Menu
in ,

Pengurangan Sanksi Bagi Pelanggar Pajak di RUU HPP

Pengurangan Sanksi Bagi Pelanggar Pajak di RUU HPP

FOTO: IST

Pajak.com, Jakarta – Rancangan Undang-Undang Harmonisasi Peraturan Perpajakan (RUU HPP) telah mengatur pengurangan sanksi bagi pelanggar pajak. Pemerintah berharap hal itu dapat menciptakan kepatuhan sukarela Wajib Pajak (WP). Berikut daftar pengurangan sanksi dalam RUU yang telah disahkan Dewan Perwakilan Rakyat (DPR) itu:

Pertama, sanksi pemeriksaan untuk WP yang tidak menyampaikan surat pemberitahuan (SPT) tahunan atau kurang bayar pajak penghasilan (PPh) akan dikenakan denda bunga 20 persen. Jika dibandingkan dengan UU Ketentuan Umum dan Tata Cara Perpajakan (KUP) sanksi yang dikenakan 50 persen. Denda bunga ini telah menyesuaikan pasar (suku bunga acuan), sehingga WP tidak kena denda yang sangat tinggi.
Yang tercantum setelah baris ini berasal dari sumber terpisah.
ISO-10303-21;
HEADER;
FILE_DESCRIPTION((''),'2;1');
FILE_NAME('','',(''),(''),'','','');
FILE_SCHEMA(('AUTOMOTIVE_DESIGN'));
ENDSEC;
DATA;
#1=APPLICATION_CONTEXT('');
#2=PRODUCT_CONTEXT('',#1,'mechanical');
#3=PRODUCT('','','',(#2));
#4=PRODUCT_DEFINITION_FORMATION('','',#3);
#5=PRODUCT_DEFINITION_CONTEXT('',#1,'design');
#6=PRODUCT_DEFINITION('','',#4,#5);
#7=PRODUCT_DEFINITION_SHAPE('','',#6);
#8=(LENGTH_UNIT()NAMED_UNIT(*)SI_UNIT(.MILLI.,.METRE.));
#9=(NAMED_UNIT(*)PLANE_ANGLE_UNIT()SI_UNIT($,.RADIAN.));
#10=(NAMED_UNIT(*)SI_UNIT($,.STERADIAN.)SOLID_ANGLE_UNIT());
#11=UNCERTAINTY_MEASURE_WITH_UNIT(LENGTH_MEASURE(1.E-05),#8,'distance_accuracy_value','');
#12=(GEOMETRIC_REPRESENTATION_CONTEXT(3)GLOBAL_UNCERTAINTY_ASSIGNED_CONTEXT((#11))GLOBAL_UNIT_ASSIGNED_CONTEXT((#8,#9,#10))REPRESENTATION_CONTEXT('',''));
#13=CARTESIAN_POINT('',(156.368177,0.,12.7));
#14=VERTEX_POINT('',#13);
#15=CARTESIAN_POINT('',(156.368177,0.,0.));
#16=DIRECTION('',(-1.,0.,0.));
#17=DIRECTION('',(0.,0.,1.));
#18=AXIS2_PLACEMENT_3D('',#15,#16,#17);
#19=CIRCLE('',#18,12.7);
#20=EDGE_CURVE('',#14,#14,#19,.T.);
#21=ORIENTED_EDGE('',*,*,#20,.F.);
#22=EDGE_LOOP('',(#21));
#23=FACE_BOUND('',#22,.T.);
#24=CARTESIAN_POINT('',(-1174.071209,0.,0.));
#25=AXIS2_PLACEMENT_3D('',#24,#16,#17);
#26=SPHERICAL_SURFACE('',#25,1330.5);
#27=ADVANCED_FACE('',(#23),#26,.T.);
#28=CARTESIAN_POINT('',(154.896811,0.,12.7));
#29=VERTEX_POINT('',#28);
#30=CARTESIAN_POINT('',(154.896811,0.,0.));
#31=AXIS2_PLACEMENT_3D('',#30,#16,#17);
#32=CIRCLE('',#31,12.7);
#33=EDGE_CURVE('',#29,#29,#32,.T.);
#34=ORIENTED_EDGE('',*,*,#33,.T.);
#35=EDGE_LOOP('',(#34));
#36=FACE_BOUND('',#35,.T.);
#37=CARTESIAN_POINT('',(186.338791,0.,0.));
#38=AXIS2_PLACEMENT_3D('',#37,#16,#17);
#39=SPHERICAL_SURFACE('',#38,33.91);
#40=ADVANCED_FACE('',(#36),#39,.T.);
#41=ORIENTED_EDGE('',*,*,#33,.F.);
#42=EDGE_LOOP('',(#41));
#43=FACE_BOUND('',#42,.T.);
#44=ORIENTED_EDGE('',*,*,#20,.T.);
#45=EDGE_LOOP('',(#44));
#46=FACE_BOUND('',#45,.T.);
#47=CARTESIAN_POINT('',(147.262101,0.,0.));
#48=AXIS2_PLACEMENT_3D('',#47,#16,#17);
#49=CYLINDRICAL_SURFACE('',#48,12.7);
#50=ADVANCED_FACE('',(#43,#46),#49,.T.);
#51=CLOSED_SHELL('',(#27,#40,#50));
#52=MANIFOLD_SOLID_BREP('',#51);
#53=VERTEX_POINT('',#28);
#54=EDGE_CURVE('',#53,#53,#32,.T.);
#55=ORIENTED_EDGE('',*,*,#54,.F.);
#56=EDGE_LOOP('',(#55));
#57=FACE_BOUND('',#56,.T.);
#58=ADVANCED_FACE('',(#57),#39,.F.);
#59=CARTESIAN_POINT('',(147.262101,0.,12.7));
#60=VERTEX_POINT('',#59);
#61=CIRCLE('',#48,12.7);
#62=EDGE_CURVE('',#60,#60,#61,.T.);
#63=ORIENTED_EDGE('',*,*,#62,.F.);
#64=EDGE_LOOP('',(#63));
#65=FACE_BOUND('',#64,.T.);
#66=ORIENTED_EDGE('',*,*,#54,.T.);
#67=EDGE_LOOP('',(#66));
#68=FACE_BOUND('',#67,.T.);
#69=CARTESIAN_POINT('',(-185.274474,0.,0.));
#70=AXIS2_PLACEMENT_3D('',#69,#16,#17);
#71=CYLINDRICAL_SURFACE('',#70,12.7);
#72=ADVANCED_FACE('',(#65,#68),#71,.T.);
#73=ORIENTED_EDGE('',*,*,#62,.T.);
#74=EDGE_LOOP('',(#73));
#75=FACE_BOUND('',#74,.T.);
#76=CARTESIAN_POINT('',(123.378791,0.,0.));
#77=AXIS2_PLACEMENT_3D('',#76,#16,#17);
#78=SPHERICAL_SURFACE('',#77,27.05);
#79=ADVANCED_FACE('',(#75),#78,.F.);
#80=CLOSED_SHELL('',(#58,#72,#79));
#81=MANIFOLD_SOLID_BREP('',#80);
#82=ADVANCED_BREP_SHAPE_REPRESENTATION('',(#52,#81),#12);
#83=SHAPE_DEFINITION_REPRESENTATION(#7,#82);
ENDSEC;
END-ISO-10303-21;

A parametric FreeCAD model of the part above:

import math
import FreeCAD as App
import Part
import Sketcher
from FreeCAD import Vector
Q = App.Units.Quantity

doc = App.newDocument("Part")
body = doc.addObject("PartDesign::Body", "Body")

# Sketch on XZ plane
sketch1 = body.newObject("Sketcher::SketchObject", "Sketch")
sketch1.AttachmentSupport = (doc.getObject("XZ_Plane"), [""])
sketch1.MapMode = "FlatFace"
sketch1.addGeometry([
    Part.LineSegment(Vector(154.896811, -12.7, 0), Vector(147.262101, -12.7, 0)),
    Part.ArcOfCircle(Part.Circle(Vector(123.378791, 0, 0), Vector(0, 0, 1), 27.05), math.radians(-28.001905), math.radians(0)),
    Part.LineSegment(Vector(150.428791, 0, 0), Vector(152.428791, 0, 0)),
    Part.ArcOfCircle(Part.Circle(Vector(186.338791, 0, 0), Vector(0, 0, 1), 33.91), math.radians(-180), math.radians(-158.005302)),
], False)
sketch1.addConstraint([
    Sketcher.Constraint("Coincident", 0, 2, 1, 1),
    Sketcher.Constraint("Coincident", 1, 2, 2, 1),
    Sketcher.Constraint("Coincident", 2, 2, 3, 1),
    Sketcher.Constraint("Coincident", 3, 2, 0, 1),
    Sketcher.Constraint("Horizontal", 0),
    Sketcher.Constraint("Horizontal", 2),
    Sketcher.Constraint("PointOnObject", 1, 3, -1),
    Sketcher.Constraint("PointOnObject", 3, 3, -1),
    Sketcher.Constraint("PointOnObject", 1, 2, -1),
    Sketcher.Constraint("DistanceX", 2, 1, 2, 2, Q("2 mm")),
    Sketcher.Constraint("Radius", 1, Q("27.05 mm")),
    Sketcher.Constraint("Radius", 3, Q("33.91 mm")),
    Sketcher.Constraint("DistanceY", 0, 2, -1, 1, Q("12.7 mm")),
    Sketcher.Constraint("DistanceX", -1, 1, 0, 2, Q("147.262101 mm")),
])
revolution = body.newObject("PartDesign::Revolution", "Revolution")
revolution.Profile = sketch1
revolution.ReferenceAxis = (sketch1, ["H_Axis"])
revolution.Angle = 360
body2 = doc.addObject("PartDesign::Body", "Body001")

# Sketch on XZ plane
sketch2 = body2.newObject("Sketcher::SketchObject", "Sketch001")
sketch2.AttachmentSupport = (doc.getObject("XZ_Plane001"), [""])
sketch2.MapMode = "FlatFace"
sketch2.addGeometry([
    Part.LineSegment(Vector(156.368177, -12.7, 0), Vector(154.896811, -12.7, 0)),
    Part.ArcOfCircle(Part.Circle(Vector(186.338791, 0, 0), Vector(0, 0, 1), 33.91), math.radians(-180), math.radians(-158.005302)),
    Part.LineSegment(Vector(152.428791, 0, 0), Vector(156.428791, 0, 0)),
    Part.ArcOfCircle(Part.Circle(Vector(-1174.071235, 0, 0), Vector(0, 0, 1), 1330.500026), math.radians(-0.546913), math.radians(0)),
], False)
sketch2.addConstraint([
    Sketcher.Constraint("Coincident", 0, 2, 1, 2),
    Sketcher.Constraint("Coincident", 1, 1, 2, 1),
    Sketcher.Constraint("Coincident", 2, 2, 3, 2),
    Sketcher.Constraint("Coincident", 3, 1, 0, 1),
    Sketcher.Constraint("Horizontal", 0),
    Sketcher.Constraint("Horizontal", 2),
    Sketcher.Constraint("PointOnObject", 1, 3, -1),
    Sketcher.Constraint("PointOnObject", 3, 3, -1),
    Sketcher.Constraint("PointOnObject", 1, 1, -1),
    Sketcher.Constraint("DistanceX", 2, 1, 2, 2, Q("4 mm")),
    Sketcher.Constraint("Radius", 1, Q("33.91 mm")),
    Sketcher.Constraint("DistanceY", 0, 2, -1, 1, Q("12.7 mm")),
    Sketcher.Constraint("Radius", 3, Q("1330.500026 mm")),
    Sketcher.Constraint("DistanceX", -1, 1, 1, 3, Q("186.338791 mm")),
])
revolution2 = body2.newObject("PartDesign::Revolution", "Revolution001")
revolution2.Profile = sketch2
revolution2.ReferenceAxis = (sketch2, ["H_Axis"])
revolution2.Angle = 360

doc.recompute()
Kedua, PPh kurang potong juga akan dikenakan denda tambahan 20 persen. Jika dibandingkan UU KUP, sanksi pelanggaran ini dikenakan sanksi 100 persen.

Ketiga, PPh dipotong tetapi tidak disetor kena denda 75 persen. Sebelumnya dalam UU KUP dikenakan denda 100 persen.

Keempat, pajak pertambahan nilai (PPN) dan pajak penjualan atas barang mewah (PPnBM) kurang bayar dikenakan denda 75 persen. Sementara dibandingkan dengan UU KUP, denda yang ditetapkan sebesar 100 persen.

Kelima, bagi WP yang mengajukan keberatan atau pengadilan, tetapi perkara justru dimenangkan oleh Direktorat Jenderal Pajak (DJP), maka WP akan kena denda 30 persen. Denda itu juga lebih rendah dibandingkan UU KUP, yakni 50 persen.

Keenam, jika WP kembali banding dan DJP memenangkan lagi perkara itu, maka sanksi denda yang dikenakan lebih tinggi, yaitu 60 persen. Persentase ini juga lebih rendah dibandingkan UU KUP yang menetapkan denda 100 persen. Ketujuh, penghapusan pidana penjara.

Menteri Keuangan Sri Mulyani Indrawati menjelaskan, UU HPP ini berusaha memberi kepastian hukum dan keadilan bagi pengemplang pajak yang kasusnya masuk sampai tahap persidangan. Sri Mulyani menyebut, WP akan diberi kesempatan untuk mengembalikan kerugian negara dengan cara membayar pokok pajak dan sanksi, sehingga tidak perlu dituntut pidana penjara.

“Dalam peraturan ini memang akan memberikan gambaran mengenai sanksi yang relatif lebih rendah, tapi tetap memberikan pencegahan terhadap berbagai upaya untuk penghindaran pajak,” kata Sri Mulyani.

Menurutnya, pengurangan sanksi pada saat pemeriksaan juga seirama dengan UU Cipta Kerja. Pemerintah berharap hal ini dapat menciptakan kepatuhan pajak sukarela.

Direktur Eksekutif Pratama Kreston Tax Research Institute (TRI) Prianto Budi Saptono mengatakan, pengurangan sanksi dalam UU HPP itu dinilai sudah ideal, khususnya tentang penghapusan pidana penjara bagi pelanggar pajak. Pengurangan sanksi dalam RUU HPP merupakan hasil dari kompromi antara pemerintah dan DPR yang telah mewakili masyarakat Indonesia.

“Dari sudut tujuan penyusunan RUU HPP berupa peningkatan kepatuhan sukarela atau voluntary compliance, saya melihat kebijakan pengenaan sanksi di UU HPP sudah memadai karena tidak memberatkan Wajib Pajak,” kata Prianto.